Читаем Давай встретимся в Глазго. Астроном верен звездам полностью

Муромцев и Кэмрад забрались на ближайшую платформу. Под ногами захрустела угольная крошка. Лица людей были черны. Поблескивающая, отливающая синевой пыль въелась в волосы, одежду, вещи. В своих непритязательных костюмах Дмитрий и Семен почувствовали себя здесь франтами и чистюлями.

На платформе разместилось человек тридцать. Один мужчина с туго забинтованной левой рукой на перевязи. Только один. Остальные женщины: молодые и старые. И много детей.

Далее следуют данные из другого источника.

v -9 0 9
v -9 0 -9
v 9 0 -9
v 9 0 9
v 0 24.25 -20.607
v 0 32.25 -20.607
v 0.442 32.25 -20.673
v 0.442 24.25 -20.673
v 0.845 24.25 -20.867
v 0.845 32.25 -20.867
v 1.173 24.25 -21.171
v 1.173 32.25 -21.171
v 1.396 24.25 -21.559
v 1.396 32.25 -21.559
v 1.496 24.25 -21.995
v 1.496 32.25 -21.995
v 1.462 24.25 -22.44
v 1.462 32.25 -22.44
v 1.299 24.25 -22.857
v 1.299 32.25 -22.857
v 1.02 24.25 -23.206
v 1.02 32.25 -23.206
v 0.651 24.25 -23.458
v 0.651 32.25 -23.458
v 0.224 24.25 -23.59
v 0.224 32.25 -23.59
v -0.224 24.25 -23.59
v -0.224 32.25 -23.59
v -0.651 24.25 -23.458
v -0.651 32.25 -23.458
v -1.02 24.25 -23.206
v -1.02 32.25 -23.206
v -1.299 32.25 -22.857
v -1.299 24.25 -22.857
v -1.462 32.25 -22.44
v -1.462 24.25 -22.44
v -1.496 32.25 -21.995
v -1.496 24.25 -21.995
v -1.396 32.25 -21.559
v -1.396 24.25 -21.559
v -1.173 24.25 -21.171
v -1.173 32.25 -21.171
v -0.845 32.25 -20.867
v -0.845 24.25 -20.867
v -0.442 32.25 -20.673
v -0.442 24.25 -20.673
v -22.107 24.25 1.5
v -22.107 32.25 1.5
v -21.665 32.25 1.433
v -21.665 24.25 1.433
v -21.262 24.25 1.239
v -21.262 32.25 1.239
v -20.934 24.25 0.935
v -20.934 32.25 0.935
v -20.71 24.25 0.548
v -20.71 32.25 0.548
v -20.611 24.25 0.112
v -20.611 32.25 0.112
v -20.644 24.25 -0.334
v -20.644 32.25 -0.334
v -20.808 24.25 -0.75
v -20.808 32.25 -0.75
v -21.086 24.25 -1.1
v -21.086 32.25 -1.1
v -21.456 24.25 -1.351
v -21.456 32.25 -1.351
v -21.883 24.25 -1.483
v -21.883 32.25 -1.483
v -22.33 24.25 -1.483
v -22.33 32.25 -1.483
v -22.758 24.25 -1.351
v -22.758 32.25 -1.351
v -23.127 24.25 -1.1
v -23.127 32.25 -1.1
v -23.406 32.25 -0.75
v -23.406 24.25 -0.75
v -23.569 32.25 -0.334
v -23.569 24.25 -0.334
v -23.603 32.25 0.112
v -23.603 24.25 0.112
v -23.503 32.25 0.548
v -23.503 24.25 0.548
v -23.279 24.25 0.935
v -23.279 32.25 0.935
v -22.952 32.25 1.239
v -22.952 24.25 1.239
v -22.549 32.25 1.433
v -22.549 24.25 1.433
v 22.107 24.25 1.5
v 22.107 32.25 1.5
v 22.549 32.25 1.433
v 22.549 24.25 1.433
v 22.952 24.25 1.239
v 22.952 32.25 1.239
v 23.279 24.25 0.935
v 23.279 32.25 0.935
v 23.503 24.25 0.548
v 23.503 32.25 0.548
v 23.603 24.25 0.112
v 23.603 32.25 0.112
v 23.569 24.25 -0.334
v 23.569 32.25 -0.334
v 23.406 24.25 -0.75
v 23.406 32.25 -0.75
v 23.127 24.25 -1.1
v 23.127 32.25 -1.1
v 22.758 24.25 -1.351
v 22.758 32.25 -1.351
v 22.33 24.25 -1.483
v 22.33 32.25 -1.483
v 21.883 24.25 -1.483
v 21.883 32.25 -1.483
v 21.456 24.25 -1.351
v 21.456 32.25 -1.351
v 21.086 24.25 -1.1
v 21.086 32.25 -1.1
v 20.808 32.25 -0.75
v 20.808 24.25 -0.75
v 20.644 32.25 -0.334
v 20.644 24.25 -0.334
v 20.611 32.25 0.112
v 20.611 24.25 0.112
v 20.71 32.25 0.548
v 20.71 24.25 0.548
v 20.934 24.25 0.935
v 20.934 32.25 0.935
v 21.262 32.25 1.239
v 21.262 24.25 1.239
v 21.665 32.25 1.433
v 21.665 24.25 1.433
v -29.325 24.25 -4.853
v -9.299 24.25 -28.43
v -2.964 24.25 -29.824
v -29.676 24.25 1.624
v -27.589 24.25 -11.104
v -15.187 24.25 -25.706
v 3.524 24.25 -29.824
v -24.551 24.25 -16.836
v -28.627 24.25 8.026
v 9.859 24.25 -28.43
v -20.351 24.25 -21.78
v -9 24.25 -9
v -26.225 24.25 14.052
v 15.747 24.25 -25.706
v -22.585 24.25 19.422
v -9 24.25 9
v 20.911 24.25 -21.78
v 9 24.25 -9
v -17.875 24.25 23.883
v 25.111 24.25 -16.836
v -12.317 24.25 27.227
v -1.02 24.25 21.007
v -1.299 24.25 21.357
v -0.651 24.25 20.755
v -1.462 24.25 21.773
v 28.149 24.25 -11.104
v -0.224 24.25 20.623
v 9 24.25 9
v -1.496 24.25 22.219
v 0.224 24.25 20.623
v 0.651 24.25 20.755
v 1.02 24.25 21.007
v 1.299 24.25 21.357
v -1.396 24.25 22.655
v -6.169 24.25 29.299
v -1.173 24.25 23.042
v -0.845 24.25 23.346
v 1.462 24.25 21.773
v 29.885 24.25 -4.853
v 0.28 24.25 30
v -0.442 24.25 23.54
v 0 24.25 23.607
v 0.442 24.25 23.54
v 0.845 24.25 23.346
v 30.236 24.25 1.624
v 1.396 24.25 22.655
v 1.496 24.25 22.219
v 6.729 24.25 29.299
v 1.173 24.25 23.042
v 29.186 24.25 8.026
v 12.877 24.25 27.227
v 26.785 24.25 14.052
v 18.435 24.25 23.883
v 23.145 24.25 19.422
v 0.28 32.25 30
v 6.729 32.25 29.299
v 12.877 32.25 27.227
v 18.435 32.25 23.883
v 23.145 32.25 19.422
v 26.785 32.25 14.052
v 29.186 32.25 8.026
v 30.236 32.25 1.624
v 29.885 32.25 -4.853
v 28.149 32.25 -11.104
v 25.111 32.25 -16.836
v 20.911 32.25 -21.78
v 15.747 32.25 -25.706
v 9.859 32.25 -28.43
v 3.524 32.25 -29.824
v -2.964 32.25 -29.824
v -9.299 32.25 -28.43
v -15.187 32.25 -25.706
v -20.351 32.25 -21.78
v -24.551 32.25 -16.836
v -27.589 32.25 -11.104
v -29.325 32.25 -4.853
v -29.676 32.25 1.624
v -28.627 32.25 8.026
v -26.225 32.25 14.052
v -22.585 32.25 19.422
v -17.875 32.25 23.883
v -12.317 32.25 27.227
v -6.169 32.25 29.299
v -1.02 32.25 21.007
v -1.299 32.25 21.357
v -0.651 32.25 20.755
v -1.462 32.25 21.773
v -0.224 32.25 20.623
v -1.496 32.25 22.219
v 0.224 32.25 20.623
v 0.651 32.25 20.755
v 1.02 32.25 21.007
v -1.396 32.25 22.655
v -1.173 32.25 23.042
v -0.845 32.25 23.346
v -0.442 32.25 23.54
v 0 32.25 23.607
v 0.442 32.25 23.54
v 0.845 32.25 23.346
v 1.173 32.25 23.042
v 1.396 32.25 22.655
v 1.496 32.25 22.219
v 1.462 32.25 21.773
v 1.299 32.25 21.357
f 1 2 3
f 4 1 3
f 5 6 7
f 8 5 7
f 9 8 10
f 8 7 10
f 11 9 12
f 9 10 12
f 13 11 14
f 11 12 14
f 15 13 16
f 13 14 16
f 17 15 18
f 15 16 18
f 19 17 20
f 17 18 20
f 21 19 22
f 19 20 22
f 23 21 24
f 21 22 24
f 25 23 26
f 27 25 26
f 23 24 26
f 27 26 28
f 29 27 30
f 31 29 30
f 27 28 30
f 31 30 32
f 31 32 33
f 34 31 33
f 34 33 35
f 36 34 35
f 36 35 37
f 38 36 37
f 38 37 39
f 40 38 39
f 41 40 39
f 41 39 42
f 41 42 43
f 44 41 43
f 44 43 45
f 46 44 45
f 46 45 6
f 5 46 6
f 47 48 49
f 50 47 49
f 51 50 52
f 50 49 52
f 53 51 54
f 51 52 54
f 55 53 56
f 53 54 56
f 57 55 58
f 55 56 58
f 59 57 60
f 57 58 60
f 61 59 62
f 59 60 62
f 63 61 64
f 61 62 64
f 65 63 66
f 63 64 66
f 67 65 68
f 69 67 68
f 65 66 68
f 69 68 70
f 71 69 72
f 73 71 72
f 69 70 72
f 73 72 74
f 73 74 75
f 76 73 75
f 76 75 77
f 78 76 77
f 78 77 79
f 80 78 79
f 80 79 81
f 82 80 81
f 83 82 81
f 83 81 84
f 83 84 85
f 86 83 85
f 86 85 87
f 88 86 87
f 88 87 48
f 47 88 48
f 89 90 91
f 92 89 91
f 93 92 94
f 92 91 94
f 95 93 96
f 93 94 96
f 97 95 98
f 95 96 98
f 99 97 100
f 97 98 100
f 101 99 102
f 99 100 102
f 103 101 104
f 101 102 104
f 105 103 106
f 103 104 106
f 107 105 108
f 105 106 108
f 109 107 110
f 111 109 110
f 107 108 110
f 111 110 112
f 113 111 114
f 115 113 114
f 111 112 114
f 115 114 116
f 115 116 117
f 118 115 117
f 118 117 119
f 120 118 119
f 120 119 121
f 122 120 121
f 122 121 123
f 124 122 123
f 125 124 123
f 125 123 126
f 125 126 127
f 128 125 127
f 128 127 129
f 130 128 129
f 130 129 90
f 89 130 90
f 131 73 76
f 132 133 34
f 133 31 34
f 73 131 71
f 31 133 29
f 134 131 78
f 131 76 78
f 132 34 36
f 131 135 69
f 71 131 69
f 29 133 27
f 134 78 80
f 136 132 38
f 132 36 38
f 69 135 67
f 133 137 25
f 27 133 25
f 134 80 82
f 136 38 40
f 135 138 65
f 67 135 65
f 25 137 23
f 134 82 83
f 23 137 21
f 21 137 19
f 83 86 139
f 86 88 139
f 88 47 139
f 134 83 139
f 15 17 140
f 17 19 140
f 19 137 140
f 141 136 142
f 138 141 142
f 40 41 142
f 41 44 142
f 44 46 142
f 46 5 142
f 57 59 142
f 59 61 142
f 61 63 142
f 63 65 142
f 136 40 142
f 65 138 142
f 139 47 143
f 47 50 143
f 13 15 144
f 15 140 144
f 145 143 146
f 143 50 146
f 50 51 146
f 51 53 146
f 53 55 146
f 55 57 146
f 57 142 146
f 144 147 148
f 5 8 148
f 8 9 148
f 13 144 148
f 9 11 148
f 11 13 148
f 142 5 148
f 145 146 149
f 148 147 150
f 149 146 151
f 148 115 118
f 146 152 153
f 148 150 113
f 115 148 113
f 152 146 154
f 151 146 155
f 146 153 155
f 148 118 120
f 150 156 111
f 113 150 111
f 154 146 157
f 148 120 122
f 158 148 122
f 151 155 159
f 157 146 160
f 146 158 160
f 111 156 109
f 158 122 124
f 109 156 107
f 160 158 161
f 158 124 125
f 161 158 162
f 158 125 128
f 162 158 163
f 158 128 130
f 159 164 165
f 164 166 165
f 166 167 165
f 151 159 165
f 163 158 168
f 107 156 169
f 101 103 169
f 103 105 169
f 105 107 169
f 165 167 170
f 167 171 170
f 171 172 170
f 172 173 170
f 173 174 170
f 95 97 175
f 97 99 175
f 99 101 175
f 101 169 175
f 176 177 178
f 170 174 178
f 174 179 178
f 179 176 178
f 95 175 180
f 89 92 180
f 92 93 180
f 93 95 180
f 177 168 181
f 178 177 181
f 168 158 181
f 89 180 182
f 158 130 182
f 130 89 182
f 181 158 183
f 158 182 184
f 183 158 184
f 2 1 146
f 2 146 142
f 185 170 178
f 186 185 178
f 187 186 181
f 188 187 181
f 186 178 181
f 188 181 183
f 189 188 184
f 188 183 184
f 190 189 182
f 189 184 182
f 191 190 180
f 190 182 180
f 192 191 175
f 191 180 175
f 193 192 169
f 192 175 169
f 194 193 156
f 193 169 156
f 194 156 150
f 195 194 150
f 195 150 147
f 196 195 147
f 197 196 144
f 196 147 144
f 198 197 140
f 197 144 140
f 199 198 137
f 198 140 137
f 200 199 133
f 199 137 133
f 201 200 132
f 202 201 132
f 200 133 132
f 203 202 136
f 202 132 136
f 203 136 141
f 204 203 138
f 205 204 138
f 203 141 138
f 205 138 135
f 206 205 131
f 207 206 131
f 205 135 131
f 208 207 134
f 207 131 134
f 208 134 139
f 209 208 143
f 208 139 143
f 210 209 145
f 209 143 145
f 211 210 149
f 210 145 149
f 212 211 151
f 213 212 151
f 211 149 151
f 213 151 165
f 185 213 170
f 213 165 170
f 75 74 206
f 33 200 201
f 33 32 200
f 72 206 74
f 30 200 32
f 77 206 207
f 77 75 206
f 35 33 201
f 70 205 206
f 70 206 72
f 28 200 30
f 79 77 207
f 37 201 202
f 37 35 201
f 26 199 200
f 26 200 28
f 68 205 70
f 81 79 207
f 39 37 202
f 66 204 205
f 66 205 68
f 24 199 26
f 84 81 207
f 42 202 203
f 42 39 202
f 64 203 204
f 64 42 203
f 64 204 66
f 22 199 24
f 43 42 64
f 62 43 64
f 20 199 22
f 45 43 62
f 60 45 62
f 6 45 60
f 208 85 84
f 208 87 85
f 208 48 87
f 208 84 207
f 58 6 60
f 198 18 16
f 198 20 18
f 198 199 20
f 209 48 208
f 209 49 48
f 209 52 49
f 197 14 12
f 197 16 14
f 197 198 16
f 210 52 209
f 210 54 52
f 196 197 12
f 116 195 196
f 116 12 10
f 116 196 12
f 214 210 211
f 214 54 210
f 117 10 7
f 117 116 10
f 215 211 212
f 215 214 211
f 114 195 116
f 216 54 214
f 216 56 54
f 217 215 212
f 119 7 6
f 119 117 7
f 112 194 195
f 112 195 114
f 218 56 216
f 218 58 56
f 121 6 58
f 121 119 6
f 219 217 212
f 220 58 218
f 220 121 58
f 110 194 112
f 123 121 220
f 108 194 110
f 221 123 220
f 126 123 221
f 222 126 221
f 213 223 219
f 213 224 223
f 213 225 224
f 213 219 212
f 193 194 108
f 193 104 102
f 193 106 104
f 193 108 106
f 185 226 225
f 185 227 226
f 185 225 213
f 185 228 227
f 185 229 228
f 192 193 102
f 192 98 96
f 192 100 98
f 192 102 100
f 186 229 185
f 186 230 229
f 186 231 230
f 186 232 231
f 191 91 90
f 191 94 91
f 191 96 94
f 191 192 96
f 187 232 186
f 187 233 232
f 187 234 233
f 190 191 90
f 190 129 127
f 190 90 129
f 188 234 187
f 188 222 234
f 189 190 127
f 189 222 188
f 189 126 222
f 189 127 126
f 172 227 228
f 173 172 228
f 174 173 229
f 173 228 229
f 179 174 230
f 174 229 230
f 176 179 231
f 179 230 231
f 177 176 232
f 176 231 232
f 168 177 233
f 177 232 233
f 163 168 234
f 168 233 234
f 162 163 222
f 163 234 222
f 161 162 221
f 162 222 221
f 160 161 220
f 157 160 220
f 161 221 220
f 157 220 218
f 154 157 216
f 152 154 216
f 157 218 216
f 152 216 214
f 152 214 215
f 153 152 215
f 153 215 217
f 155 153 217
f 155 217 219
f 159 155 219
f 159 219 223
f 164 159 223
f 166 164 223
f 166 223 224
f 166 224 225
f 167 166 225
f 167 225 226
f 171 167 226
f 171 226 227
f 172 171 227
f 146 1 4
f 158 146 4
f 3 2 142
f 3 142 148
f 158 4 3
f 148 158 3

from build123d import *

# Parameters (mm, degrees)
SKETCH1_W           = 18
SKETCH1_H           = 18
BOSS_EXTRUDE1_DEPTH = 24.25
SKETCH2_R           = 30
BOSS_EXTRUDE2_DEPTH = 8
SKETCH3_R           = 1.5
CUT_EXTRUDE1_DEPTH  = 12


with BuildPart() as part:
    # Sketch1 → Boss-Extrude1 (new body)
    with BuildSketch(Plane(origin=(0, 0, 0), x_dir=(1, 0, 0), z_dir=(0, 1, 0))):
        Rectangle(SKETCH1_W, SKETCH1_H)
    extrude(amount=BOSS_EXTRUDE1_DEPTH)

    # Sketch2 → Boss-Extrude2 (add)
    with BuildSketch(Plane(origin=(0, 24.25, 0), x_dir=(1, 0, 0), z_dir=(0, 1, 0))):
        with Locations(Location((0.279992144, 0, 0), (0, 0, 270))):
            Circle(SKETCH2_R)
    extrude(amount=BOSS_EXTRUDE2_DEPTH)

    # Sketch3 → Cut-Extrude1 (cut)
    with BuildSketch(Plane(origin=(0, 32.25, 0), x_dir=(1, 0, 0), z_dir=(0, 1, 0))):
        with Locations(Location((0, 22.106714755, 0), (0, 0, 270))):
            Circle(SKETCH3_R)
        with Locations(Location((22.106714755, 0, 0), (0, 0, 270))):
            Circle(SKETCH3_R)
        with Locations(Location((0, -22.106714755, 0), (0, 0, 270))):
            Circle(SKETCH3_R)
        with Locations(Location((-22.106714755, 0, 0), (0, 0, 270))):
            Circle(SKETCH3_R)
    extrude(amount=-CUT_EXTRUDE1_DEPTH, mode=Mode.SUBTRACT)


solid = part.part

Когда, несколько раз содрогнувшись, поезд тронулся, и, всё набирая скорость, вылетел из тени станционных построек, и подставил себя под косые лучи заходящего солнца, — застывшие фигуры женщин с масками непреходящего отчаяния на лицах, угольно-черных и багровых в бликах солнца, почему-то напомнили Дмитрию химер на Нотр-Дам… И они молчали. Неподвижные и молчаливые, как изваяния из темного камня.

Невольно ж Дмитрий, обращаясь к Кэмраду, заговорил шепотом:

— Может быть, они голодны?

Семен торопливо, дрожащими пальцами раскрыл чемодан и достал свертки, приготовленные Галей.

Котлеты, яйца, колбаса, соленые огурцы, хлеб. Всё это он разложил на чемодане, подстелив газету.

— Пожалуйста, берите, товарищи.

Никто не отозвался. Только несколько голов медленно повернулись к Кэмраду, и запавшие, в красных воспаленных веках глаза уставились на пищу.

— Берите же, ешьте. Мы вас очень просим.

— Вот это по-братски, — отозвался мужчина с забинтованной рукой. — По правде сказать, с кормежкой не больно-то хорошо получилось. — Он взял котлету, огурец и ломоть хлеба. — В Москве горячий кофе и бутерброды раздавали. Кто успел, а кто только облизнулся.

— Детям надо дать, — сказал Дмитрий.

К чемодану потянулась маленькая, очень грязная рука, едва выглядывавшая из широкого кожаного обшлага, но при словах Муромцева поспешно дернулась обратно.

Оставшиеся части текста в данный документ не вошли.